(Collected data entries)
━━━━━━━━

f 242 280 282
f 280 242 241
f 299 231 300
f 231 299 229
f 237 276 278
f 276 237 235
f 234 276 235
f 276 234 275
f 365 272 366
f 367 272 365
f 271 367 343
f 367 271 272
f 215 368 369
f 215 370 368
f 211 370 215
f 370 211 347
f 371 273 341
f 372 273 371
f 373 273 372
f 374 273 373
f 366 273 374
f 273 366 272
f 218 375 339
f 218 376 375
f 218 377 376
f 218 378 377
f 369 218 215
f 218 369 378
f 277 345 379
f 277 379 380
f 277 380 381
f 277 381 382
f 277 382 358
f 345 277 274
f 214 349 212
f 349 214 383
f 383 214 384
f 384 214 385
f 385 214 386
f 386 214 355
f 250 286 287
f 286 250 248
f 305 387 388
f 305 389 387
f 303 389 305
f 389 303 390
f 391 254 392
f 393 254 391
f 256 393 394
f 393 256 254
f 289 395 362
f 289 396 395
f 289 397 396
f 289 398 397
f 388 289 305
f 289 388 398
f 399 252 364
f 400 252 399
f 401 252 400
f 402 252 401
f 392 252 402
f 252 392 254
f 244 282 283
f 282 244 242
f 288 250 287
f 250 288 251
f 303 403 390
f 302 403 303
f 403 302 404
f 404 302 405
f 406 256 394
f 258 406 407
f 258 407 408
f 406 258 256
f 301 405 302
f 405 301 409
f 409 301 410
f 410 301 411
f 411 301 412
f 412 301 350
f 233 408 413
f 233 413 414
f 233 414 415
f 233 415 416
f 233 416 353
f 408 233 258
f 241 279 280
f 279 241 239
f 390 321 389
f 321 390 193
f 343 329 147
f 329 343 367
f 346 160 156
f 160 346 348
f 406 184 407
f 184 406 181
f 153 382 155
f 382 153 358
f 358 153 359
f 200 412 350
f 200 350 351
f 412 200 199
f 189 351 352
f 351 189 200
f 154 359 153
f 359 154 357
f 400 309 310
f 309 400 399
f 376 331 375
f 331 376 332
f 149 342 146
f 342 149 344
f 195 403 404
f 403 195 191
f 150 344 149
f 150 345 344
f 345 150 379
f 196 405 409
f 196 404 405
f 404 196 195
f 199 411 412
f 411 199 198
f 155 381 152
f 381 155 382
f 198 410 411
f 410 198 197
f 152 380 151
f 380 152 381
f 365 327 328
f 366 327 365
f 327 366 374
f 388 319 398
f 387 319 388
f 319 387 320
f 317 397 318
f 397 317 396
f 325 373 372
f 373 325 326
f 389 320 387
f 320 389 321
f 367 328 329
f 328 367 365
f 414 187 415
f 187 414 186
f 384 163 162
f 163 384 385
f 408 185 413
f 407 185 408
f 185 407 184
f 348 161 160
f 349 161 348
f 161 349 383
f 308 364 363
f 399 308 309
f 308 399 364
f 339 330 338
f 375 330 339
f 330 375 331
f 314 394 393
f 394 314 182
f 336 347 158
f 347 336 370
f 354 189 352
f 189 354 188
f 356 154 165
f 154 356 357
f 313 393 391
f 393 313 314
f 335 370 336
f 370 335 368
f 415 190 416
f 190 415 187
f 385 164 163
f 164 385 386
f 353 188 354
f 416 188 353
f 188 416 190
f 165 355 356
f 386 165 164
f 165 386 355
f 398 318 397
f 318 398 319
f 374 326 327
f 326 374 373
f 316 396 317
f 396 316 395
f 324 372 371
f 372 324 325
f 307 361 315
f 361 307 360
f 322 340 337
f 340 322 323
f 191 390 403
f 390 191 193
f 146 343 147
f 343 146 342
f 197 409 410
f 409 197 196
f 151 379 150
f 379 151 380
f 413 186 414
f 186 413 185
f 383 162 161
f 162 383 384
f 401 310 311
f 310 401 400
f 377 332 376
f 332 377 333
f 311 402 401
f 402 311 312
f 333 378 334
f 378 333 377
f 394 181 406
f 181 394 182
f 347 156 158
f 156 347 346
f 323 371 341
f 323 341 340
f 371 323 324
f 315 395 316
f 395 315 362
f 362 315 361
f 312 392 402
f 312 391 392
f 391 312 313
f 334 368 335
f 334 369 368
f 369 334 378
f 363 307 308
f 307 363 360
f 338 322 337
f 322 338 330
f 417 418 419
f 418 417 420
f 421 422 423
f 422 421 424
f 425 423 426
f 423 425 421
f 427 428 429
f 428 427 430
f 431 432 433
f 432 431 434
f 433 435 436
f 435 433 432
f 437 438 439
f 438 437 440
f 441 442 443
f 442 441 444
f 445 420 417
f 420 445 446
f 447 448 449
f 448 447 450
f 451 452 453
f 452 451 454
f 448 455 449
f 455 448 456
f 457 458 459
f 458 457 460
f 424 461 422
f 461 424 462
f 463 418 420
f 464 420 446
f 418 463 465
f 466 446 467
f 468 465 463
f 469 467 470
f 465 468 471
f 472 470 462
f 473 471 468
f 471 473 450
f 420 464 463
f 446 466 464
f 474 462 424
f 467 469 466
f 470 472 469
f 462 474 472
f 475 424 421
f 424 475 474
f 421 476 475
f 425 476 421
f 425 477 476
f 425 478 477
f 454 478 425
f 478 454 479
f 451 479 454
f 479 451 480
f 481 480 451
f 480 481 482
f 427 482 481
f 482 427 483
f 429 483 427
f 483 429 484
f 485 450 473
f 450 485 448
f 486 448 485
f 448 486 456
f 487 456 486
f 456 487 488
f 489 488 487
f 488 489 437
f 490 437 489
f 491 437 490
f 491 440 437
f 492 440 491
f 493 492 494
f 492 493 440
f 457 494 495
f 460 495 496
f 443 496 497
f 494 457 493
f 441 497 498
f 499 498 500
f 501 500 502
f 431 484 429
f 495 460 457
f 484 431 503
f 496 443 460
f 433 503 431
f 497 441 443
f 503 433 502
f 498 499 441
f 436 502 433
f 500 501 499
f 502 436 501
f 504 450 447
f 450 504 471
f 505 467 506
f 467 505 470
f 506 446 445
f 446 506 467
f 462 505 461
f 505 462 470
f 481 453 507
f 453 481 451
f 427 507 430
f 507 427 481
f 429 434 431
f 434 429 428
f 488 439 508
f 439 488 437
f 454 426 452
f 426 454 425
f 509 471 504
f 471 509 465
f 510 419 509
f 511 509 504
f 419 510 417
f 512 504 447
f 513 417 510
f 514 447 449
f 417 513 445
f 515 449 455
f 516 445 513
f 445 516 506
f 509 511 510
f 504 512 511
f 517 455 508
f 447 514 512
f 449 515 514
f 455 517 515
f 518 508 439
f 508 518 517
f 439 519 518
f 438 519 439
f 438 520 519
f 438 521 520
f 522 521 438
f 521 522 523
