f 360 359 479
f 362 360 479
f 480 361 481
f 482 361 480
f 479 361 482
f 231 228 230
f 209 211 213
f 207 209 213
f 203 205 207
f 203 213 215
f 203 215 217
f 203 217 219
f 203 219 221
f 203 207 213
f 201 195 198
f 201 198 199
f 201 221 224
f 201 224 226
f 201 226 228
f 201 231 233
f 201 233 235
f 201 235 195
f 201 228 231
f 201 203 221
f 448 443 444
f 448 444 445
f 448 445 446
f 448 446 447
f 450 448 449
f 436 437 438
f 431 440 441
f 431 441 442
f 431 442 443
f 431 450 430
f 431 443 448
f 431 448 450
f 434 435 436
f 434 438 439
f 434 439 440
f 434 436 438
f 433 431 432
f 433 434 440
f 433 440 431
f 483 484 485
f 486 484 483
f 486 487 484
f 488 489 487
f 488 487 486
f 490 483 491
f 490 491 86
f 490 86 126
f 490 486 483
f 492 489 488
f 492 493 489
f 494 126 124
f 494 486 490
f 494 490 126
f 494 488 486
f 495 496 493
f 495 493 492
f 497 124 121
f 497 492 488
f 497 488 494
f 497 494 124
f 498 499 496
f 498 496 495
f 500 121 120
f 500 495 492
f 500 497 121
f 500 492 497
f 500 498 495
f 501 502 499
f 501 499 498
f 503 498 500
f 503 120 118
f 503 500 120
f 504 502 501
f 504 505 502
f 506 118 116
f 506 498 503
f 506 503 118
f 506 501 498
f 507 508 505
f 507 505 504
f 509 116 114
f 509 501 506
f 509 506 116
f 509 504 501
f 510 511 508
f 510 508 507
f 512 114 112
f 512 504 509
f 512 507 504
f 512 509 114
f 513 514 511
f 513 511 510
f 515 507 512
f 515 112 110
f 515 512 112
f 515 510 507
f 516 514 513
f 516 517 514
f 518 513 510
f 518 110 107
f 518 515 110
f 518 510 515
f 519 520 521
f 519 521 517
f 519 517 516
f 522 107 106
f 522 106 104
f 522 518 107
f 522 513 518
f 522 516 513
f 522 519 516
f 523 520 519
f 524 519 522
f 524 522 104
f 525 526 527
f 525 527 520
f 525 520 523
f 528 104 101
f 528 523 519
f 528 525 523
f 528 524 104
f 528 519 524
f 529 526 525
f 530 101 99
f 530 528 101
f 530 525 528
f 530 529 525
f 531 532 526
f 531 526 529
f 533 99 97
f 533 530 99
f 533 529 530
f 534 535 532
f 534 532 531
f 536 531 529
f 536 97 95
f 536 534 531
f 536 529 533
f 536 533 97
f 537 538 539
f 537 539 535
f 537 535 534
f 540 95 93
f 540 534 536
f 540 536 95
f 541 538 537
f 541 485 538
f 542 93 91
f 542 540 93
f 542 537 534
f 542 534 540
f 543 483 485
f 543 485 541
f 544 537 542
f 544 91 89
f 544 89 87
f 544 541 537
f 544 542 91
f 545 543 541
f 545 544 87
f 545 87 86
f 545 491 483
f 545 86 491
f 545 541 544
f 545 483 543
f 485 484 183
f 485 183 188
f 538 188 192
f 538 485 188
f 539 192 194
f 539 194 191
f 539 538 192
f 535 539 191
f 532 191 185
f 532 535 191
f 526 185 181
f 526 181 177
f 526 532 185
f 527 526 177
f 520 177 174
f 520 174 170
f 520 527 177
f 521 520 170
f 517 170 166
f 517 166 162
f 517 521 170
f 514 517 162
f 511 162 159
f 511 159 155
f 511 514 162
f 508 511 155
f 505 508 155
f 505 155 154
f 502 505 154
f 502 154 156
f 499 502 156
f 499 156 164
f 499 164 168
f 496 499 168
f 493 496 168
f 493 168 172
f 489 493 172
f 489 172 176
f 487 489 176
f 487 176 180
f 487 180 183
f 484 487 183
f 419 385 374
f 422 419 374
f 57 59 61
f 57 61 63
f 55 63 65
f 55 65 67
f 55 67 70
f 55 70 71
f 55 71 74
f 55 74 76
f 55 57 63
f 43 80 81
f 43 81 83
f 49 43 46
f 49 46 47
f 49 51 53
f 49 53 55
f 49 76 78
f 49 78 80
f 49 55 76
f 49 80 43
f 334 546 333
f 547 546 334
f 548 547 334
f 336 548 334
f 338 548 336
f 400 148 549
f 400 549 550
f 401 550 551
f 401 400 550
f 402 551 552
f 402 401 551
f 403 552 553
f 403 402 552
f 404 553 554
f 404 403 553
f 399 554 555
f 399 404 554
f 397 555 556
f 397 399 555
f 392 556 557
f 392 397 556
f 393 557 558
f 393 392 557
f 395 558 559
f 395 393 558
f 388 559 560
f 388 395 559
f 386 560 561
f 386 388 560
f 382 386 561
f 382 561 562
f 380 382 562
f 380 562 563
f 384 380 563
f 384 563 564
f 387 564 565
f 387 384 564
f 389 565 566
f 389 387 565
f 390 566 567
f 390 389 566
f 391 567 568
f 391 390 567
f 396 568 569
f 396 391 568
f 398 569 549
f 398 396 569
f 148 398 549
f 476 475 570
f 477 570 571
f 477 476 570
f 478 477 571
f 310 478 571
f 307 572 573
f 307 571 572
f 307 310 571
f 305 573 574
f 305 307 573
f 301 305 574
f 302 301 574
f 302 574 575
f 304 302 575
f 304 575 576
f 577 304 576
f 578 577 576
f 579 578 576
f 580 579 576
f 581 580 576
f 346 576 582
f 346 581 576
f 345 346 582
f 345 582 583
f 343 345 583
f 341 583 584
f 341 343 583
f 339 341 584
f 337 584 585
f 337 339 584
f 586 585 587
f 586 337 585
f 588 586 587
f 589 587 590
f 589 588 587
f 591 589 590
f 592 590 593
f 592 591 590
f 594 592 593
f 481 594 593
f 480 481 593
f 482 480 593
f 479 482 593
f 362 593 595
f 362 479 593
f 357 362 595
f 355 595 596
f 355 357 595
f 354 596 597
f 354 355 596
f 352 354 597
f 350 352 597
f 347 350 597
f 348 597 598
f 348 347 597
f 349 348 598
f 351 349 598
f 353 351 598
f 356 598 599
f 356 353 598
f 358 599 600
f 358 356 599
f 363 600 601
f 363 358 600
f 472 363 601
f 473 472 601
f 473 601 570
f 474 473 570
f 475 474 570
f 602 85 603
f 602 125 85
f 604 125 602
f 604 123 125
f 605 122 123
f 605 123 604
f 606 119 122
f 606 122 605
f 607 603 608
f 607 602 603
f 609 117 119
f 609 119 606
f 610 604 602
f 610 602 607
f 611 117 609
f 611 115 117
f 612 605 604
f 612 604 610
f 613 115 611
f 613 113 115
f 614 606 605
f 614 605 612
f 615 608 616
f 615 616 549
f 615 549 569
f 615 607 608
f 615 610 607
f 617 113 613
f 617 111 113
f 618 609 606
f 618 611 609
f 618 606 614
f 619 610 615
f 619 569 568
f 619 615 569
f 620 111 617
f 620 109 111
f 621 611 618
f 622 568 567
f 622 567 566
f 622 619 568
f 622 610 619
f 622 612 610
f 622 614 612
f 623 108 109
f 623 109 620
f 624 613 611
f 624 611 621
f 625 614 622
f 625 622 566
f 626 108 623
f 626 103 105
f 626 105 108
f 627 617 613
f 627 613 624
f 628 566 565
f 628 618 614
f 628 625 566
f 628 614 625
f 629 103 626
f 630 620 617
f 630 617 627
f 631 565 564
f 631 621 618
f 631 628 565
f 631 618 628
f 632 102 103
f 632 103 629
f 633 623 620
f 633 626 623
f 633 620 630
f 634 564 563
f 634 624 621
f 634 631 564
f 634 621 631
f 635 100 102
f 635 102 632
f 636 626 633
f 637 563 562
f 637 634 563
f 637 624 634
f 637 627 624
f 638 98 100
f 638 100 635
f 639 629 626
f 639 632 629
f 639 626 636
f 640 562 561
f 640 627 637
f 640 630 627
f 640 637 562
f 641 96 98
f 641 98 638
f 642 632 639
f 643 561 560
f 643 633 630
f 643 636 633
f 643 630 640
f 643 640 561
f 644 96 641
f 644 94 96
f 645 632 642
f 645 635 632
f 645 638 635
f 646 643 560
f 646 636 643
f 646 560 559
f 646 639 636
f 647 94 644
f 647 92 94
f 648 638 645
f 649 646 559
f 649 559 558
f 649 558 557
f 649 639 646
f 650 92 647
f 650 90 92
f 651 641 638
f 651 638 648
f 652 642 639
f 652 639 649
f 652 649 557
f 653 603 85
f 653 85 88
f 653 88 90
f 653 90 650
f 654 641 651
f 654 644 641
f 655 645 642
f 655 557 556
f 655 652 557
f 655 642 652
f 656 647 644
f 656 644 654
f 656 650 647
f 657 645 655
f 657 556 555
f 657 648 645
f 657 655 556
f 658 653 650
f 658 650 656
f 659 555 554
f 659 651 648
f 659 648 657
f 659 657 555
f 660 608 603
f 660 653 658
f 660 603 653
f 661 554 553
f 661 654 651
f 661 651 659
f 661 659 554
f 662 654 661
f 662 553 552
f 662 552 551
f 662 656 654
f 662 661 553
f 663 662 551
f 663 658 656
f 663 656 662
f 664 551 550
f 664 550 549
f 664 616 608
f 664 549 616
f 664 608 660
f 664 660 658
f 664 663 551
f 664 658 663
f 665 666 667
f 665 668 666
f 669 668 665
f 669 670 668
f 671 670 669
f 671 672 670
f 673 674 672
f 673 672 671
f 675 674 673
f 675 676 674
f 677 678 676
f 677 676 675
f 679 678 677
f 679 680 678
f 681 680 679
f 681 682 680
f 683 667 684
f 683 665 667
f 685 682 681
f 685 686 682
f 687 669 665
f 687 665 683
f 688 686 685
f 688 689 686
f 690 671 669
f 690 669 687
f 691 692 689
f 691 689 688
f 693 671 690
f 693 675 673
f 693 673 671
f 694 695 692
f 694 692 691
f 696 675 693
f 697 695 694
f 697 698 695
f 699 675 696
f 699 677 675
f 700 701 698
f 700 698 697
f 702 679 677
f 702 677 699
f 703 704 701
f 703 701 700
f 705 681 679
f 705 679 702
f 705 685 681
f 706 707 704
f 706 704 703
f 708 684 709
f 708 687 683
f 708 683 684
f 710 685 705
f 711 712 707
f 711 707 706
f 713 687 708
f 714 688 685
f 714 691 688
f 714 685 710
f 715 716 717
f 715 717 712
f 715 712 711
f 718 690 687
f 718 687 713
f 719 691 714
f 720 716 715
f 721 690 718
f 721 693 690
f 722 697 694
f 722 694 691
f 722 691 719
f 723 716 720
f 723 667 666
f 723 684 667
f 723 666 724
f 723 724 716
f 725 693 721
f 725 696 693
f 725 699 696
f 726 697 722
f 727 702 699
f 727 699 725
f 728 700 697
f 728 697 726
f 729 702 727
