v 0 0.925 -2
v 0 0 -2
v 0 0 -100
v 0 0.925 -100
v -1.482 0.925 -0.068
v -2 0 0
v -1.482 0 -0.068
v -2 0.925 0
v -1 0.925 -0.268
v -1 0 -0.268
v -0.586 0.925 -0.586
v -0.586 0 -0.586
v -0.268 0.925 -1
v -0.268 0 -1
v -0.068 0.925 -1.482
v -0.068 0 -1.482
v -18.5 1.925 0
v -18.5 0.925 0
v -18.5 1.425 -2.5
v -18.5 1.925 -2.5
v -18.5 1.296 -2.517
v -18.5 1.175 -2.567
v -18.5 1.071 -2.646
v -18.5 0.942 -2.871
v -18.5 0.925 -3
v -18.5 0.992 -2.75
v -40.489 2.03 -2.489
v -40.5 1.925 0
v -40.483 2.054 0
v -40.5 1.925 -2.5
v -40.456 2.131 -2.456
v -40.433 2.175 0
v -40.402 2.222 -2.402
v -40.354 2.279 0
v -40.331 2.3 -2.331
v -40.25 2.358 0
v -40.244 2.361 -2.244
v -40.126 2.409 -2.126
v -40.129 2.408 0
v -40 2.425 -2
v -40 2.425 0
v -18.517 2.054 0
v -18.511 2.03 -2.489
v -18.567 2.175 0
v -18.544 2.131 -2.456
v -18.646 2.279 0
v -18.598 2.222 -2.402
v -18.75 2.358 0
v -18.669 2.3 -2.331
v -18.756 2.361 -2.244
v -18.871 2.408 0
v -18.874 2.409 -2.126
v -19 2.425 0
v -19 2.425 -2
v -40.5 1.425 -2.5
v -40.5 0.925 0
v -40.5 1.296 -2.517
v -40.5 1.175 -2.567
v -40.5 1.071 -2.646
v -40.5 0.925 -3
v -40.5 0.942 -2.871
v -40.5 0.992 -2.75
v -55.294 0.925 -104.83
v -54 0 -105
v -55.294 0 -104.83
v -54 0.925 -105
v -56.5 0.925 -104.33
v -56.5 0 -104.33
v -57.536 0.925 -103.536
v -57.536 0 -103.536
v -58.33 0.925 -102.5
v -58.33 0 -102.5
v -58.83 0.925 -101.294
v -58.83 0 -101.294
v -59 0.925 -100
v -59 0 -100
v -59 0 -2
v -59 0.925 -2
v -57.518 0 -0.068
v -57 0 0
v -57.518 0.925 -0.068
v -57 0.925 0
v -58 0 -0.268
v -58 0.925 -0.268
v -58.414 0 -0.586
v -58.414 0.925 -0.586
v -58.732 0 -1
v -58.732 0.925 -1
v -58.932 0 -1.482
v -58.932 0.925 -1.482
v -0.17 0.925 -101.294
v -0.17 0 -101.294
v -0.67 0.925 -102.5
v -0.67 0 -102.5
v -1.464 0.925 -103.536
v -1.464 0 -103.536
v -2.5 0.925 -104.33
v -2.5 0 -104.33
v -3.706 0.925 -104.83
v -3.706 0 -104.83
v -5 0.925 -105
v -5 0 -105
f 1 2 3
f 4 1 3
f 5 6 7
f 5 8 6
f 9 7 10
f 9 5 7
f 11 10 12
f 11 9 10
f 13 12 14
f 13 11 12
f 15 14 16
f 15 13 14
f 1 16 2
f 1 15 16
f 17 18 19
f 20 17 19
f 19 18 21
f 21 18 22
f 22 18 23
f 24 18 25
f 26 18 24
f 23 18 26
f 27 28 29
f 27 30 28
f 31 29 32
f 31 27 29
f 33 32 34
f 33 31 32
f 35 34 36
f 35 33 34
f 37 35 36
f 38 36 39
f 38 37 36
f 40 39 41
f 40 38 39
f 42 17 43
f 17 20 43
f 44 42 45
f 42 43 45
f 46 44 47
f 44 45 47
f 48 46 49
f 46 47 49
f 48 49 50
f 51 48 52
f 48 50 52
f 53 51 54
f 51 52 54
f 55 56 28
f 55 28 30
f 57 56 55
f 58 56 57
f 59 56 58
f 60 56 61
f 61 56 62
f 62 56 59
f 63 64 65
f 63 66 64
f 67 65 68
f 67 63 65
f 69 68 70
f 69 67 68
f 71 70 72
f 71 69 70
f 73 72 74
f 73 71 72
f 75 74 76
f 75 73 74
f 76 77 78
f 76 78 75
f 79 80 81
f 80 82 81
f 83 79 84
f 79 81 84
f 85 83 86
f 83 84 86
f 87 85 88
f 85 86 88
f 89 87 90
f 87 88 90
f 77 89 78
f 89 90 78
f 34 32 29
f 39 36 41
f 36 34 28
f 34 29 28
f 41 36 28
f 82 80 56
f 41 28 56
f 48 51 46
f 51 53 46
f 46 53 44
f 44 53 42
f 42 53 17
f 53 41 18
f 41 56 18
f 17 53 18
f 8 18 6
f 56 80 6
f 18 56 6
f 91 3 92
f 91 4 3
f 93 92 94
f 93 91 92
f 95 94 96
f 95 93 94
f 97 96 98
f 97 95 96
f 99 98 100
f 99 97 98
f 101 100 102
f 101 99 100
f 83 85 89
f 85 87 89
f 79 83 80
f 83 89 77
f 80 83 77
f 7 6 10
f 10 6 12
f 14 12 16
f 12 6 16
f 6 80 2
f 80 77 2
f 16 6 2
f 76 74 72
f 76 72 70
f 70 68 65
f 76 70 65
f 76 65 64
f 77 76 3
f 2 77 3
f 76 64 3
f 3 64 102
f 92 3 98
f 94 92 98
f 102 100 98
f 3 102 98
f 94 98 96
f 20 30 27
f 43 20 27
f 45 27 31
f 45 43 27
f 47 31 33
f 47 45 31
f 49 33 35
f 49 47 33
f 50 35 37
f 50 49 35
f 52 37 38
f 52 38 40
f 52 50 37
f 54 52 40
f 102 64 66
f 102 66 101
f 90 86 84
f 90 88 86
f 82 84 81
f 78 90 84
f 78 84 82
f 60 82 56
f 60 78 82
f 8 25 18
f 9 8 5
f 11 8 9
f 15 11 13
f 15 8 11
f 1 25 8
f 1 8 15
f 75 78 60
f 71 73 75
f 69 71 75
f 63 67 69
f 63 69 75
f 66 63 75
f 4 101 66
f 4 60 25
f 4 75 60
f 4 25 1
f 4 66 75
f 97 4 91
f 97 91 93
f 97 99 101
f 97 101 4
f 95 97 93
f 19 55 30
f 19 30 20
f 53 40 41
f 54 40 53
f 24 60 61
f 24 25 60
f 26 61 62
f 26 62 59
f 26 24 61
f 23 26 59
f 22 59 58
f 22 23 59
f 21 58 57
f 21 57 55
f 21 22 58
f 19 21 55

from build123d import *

# Parameters (mm, degrees)
SKETCH2_W           = 59
SKETCH2_H           = 105
BOSS_EXTRUDE1_DEPTH = 0.925
SKETCH3_W           = 22
SKETCH3_H           = 2.5
BOSS_EXTRUDE2_DEPTH = 1.5
FILLET1_R           = 0.5
FILLET2_R           = 2
FILLET3_R           = 5


with BuildPart() as part:
    # Sketch2 → Boss-Extrude1 (new body)
    with BuildSketch(Plane(origin=(0, 0, 0), x_dir=(1, 0, 0), z_dir=(0, 1, 0))):
        with Locations((-29.5, 52.5)):
            Rectangle(SKETCH2_W, SKETCH2_H)
    extrude(amount=BOSS_EXTRUDE1_DEPTH)

    # Sketch3 → Boss-Extrude2 (add)
    with BuildSketch(Plane(origin=(0, 0.925, 0), x_dir=(1, 0, 0), z_dir=(0, 1, 0))):
        with Locations((-29.5, 1.25)):
            Rectangle(SKETCH3_W, SKETCH3_H)
    extrude(amount=BOSS_EXTRUDE2_DEPTH)

    # Fillet1
    fillet1_edges = [part.edges().sort_by_distance(p)[0] for p in [
        (-29.5, 0.925, -2.5),
        (-40.5, 2.425, -1.25),
        (-18.5, 2.425, -1.25),
        (-29.5, 2.425, -2.5),
    ]]
    fillet(fillet1_edges, radius=FILLET1_R)

    # Fillet2
    fillet2_edges = [part.edges().sort_by_distance(p)[0] for p in [
        (0, 0.4625, 0),
        (-59, 0.4625, 0),
    ]]
    fillet(fillet2_edges, radius=FILLET2_R)

    # Fillet3
    fillet3_edges = [part.edges().sort_by_distance(p)[0] for p in [
        (-59, 0.4625, -105),
        (0, 0.4625, -105),
    ]]
    fillet(fillet3_edges, radius=FILLET3_R)


solid = part.part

━━━━━━━━

Write out exactly the lines above from the line with "f 188 416 190" through the line with "f 435 433 432", both of them included, and leave out all other lines.

f 188 416 190
f 165 355 356
f 386 165 164
f 165 386 355
f 398 318 397
f 318 398 319
f 374 326 327
f 326 374 373
f 316 396 317
f 396 316 395
f 324 372 371
f 372 324 325
f 307 361 315
f 361 307 360
f 322 340 337
f 340 322 323
f 191 390 403
f 390 191 193
f 146 343 147
f 343 146 342
f 197 409 410
f 409 197 196
f 151 379 150
f 379 151 380
f 413 186 414
f 186 413 185
f 383 162 161
f 162 383 384
f 401 310 311
f 310 401 400
f 377 332 376
f 332 377 333
f 311 402 401
f 402 311 312
f 333 378 334
f 378 333 377
f 394 181 406
f 181 394 182
f 347 156 158
f 156 347 346
f 323 371 341
f 323 341 340
f 371 323 324
f 315 395 316
f 395 315 362
f 362 315 361
f 312 392 402
f 312 391 392
f 391 312 313
f 334 368 335
f 334 369 368
f 369 334 378
f 363 307 308
f 307 363 360
f 338 322 337
f 322 338 330
f 417 418 419
f 418 417 420
f 421 422 423
f 422 421 424
f 425 423 426
f 423 425 421
f 427 428 429
f 428 427 430
f 431 432 433
f 432 431 434
f 433 435 436
f 435 433 432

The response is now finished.